Ghost quantitative trait loci (QTL) are the false discoveries in QTL mapping that arise due to the “accumulation” of the polygenic effects, uniformly distributed over the genome. The locations of ghost QTL depend on a specific sample correlation structure determined by the genotypes at all loci and have a tendency to replicate when the same genotypes are used to study multiple QTL, e.g. using recombinant inbred lines or studying the expression QTL. In this case, the ghost QTL phenomenon can lead to false hotspots, where multiple QTL show apparent linkage to the same locus. We illustrate the problem using the classic backcross design and propose a solution based on the extended mixed effect model, where the random effects are allowed to have a nonzero mean. We provide formulas for estimating the thresholds for the corresponding t-test statistics and use them in the stepwise selection strategy, which allows for a simultaneous detection of several QTL. We report the results of extensive simulation studies which illustrate that our approach can eliminate ghost QTL/false hotspots, while preserving a high power of true QTL detection. This is a joint work with Jonas Wallin (Lund University), Piotr Szulc (University of Wroclaw), Rebecca Doerge (CMU) and David Siegmund (Stanford).

 

 

 

·         Gil Kur, MIT

 

On the Minimal Error of Empirical Risk Minimization

In recent years, highly expressive machine learning models, i.e. mod- els that can express rich classes of functions, are becoming more and more commonly used due their success both in regression and classifica- tion tasks, such models are deep neural nets, kernel machines and more. From the classical theory statistics point of view (the minimax theory), rich models tend to have a higher minimax rate, i.e. any estimator must have a high risk (a “worst case scenario” error). Therefore, it seems that for modern models the classical theory may be too conservative and strict.
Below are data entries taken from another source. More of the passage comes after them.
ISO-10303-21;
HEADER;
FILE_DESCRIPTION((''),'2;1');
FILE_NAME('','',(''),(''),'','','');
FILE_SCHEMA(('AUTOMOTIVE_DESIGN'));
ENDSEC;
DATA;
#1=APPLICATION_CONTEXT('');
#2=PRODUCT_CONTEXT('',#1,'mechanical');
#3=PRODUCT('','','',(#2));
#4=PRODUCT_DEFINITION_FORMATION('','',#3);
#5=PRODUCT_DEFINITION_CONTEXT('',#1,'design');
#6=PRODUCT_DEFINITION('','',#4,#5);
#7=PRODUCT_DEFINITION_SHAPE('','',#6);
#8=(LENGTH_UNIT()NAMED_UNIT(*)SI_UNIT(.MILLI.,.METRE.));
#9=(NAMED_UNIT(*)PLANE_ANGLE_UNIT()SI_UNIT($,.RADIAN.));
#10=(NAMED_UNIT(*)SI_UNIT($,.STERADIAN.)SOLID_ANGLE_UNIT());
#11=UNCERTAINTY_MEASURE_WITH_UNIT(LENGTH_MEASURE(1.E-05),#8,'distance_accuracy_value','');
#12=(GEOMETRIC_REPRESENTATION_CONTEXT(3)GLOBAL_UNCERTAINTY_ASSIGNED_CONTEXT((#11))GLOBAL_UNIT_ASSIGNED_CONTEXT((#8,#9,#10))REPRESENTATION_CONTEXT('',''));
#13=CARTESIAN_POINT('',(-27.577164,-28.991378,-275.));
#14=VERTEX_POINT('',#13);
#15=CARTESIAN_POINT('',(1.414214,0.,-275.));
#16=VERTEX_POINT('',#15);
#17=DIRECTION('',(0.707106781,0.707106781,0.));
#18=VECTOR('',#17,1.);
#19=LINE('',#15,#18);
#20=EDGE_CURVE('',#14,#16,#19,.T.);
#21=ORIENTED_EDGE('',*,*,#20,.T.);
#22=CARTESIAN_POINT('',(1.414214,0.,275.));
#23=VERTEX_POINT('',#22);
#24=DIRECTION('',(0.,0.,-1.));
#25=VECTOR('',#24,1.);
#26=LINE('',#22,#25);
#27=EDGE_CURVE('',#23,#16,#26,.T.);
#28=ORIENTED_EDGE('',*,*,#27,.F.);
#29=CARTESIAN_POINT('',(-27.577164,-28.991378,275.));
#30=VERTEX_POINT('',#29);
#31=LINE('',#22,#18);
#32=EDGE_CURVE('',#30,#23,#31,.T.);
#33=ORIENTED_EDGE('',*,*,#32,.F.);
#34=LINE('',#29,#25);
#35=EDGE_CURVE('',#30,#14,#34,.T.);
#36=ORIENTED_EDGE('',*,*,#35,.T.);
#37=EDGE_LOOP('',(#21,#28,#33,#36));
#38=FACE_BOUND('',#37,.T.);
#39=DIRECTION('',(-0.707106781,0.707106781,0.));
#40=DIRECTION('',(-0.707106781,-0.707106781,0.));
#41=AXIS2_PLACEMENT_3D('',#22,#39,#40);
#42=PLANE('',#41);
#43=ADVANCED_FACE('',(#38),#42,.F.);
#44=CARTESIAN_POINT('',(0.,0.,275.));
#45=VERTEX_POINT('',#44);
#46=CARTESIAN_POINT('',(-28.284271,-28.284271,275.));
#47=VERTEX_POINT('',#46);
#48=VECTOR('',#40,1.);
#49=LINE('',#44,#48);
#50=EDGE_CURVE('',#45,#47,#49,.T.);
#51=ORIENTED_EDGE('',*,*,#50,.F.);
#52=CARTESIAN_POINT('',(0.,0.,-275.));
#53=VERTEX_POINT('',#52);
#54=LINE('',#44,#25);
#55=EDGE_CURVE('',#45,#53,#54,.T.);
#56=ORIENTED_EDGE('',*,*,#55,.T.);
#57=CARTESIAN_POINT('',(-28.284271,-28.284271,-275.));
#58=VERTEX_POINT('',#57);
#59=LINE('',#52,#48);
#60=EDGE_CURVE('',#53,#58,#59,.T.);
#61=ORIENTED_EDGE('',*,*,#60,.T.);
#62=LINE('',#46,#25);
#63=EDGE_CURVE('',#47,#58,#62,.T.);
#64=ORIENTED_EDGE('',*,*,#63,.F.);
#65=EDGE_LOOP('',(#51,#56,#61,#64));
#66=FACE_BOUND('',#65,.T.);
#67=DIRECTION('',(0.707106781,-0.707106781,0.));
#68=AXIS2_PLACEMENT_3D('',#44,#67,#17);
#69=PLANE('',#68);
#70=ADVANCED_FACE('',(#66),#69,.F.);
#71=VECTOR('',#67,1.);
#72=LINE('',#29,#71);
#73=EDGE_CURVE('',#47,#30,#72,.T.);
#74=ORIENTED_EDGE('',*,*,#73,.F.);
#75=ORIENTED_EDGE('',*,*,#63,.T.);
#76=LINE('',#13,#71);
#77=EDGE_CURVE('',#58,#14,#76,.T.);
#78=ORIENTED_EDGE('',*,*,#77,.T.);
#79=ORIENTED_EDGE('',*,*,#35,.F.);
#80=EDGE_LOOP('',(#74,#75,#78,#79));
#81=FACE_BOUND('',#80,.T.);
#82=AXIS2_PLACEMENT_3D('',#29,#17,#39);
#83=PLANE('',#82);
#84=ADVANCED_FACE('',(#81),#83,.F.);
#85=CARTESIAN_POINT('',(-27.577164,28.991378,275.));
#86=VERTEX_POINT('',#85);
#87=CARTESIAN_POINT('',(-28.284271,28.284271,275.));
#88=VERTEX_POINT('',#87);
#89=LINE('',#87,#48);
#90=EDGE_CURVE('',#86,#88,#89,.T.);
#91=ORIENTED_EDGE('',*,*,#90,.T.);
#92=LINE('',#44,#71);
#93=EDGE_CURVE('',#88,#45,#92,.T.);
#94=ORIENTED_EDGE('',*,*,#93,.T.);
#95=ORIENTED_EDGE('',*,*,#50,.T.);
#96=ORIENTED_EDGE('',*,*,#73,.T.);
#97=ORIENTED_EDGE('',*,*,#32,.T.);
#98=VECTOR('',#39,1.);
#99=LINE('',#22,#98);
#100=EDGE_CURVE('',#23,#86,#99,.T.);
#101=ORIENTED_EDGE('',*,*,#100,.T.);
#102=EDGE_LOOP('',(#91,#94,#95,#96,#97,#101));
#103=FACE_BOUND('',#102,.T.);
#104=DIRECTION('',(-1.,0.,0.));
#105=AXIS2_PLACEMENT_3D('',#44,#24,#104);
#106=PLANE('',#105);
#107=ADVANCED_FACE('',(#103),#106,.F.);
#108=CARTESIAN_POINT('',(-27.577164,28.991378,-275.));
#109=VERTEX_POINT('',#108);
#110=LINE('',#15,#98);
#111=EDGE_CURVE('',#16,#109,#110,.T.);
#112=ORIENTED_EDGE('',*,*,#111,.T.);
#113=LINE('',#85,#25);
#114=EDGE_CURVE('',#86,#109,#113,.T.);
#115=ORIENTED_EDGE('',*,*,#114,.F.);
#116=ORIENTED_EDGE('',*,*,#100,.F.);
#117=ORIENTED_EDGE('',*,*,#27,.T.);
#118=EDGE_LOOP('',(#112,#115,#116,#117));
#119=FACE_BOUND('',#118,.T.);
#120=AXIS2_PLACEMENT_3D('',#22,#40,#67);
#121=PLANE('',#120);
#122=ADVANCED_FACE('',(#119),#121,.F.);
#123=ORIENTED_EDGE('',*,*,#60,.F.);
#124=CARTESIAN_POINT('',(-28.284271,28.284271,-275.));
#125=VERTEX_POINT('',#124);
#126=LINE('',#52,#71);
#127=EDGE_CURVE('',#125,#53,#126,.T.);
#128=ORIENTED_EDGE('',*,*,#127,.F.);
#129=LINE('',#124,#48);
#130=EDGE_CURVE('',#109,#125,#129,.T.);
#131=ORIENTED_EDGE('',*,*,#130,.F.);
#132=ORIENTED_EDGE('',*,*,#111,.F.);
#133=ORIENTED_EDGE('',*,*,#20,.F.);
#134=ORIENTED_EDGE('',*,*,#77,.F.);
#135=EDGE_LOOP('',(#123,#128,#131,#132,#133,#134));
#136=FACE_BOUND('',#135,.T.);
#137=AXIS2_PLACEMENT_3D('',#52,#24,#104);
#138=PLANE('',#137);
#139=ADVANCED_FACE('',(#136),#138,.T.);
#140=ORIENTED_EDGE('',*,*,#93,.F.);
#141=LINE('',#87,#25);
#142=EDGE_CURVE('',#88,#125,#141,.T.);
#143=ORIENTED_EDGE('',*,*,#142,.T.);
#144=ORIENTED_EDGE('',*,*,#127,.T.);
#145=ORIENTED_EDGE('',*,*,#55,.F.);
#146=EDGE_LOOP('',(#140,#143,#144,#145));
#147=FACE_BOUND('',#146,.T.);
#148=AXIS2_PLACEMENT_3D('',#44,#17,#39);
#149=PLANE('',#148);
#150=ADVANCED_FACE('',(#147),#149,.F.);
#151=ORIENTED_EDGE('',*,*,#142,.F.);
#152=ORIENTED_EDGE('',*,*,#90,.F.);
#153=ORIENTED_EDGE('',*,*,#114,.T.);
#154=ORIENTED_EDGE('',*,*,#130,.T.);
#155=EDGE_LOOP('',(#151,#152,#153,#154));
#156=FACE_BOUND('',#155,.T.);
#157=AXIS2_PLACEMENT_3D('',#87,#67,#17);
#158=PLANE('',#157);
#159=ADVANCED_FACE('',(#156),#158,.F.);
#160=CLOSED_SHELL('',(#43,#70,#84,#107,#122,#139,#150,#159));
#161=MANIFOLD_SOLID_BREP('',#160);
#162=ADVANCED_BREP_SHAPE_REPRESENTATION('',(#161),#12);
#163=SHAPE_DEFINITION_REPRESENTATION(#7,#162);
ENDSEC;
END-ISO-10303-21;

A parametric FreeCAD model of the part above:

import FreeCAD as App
import Part
import Sketcher
from FreeCAD import Vector
Q = App.Units.Quantity

doc = App.newDocument("Part")
body = doc.addObject("PartDesign::Body", "Body")

# Sketch on XY plane
sketch1 = body.newObject("Sketcher::SketchObject", "Sketch")
sketch1.AttachmentSupport = (doc.getObject("XY_Plane"), [""])
sketch1.MapMode = "FlatFace"
sketch1.addGeometry([
    Part.LineSegment(Vector(-28.3, 28.3, 0), Vector(0, 0, 0)),  # 0
    Part.LineSegment(Vector(0, 0, 0), Vector(-28.3, -28.3, 0)),  # 1
    Part.LineSegment(Vector(-28.3, -28.3, 0), Vector(-27.6, -29, 0)),  # 2
    Part.LineSegment(Vector(-27.6, -29, 0), Vector(1.4, 0, 0)),  # 3
    Part.LineSegment(Vector(1.4, 0, 0), Vector(-27.6, 29, 0)),  # 4
    Part.LineSegment(Vector(-27.6, 29, 0), Vector(-28.3, 28.3, 0)),  # 5
], False)
sketch1.addConstraint([
    Sketcher.Constraint("Coincident", 0, 2, 1, 1),
    Sketcher.Constraint("Coincident", 1, 2, 2, 1),
    Sketcher.Constraint("Coincident", 2, 2, 3, 1),
    Sketcher.Constraint("Coincident", 3, 2, 4, 1),
    Sketcher.Constraint("Coincident", 4, 2, 5, 1),
    Sketcher.Constraint("Coincident", 5, 2, 0, 1),
    Sketcher.Constraint("Coincident", 0, 2, -1, 1),
    Sketcher.Constraint("Symmetric", 2, 2, 4, 2, -1),
    Sketcher.Constraint("Symmetric", 1, 2, 5, 2, -1),
    Sketcher.Constraint("PointOnObject", 3, 2, -1),
    Sketcher.Constraint("Perpendicular", 0, 1),
    Sketcher.Constraint("Perpendicular", 1, 2),
    Sketcher.Constraint("Perpendicular", 2, 3),
    Sketcher.Constraint("Distance", 0, Q("40 mm")),
    Sketcher.Constraint("Distance", 2, Q("1 mm")),
])
pad1 = body.newObject("PartDesign::Pad", "Pad")
pad1.Profile = sketch1
pad1.Length = 550
pad1.Midplane = True

doc.recompute()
In this talk, we consider the most popular procedure for regression task, that is Empirical Risk Minimization with squared loss (ERM) and we shall analyze its minimal squared error both in the random and the fixed design settings, under the assumption of a convex family of functions. Namely, the minimal squared error that the ERM attains on estimating any function in our class in both settings. In the fixed design setting, we show that the error is governed by the global complexity of the entire class. In contrast, in random design, the ERM may only adapt to simpler models if the local neighborhoods around the regression function are nearly as complex as the class itself, a somewhat counter-intuitive conclusion. We provide sharp lower bounds for performance of ERM for both Donsker and non-Donsker classes. This talk is based on joint work with Alexander Rakhlin.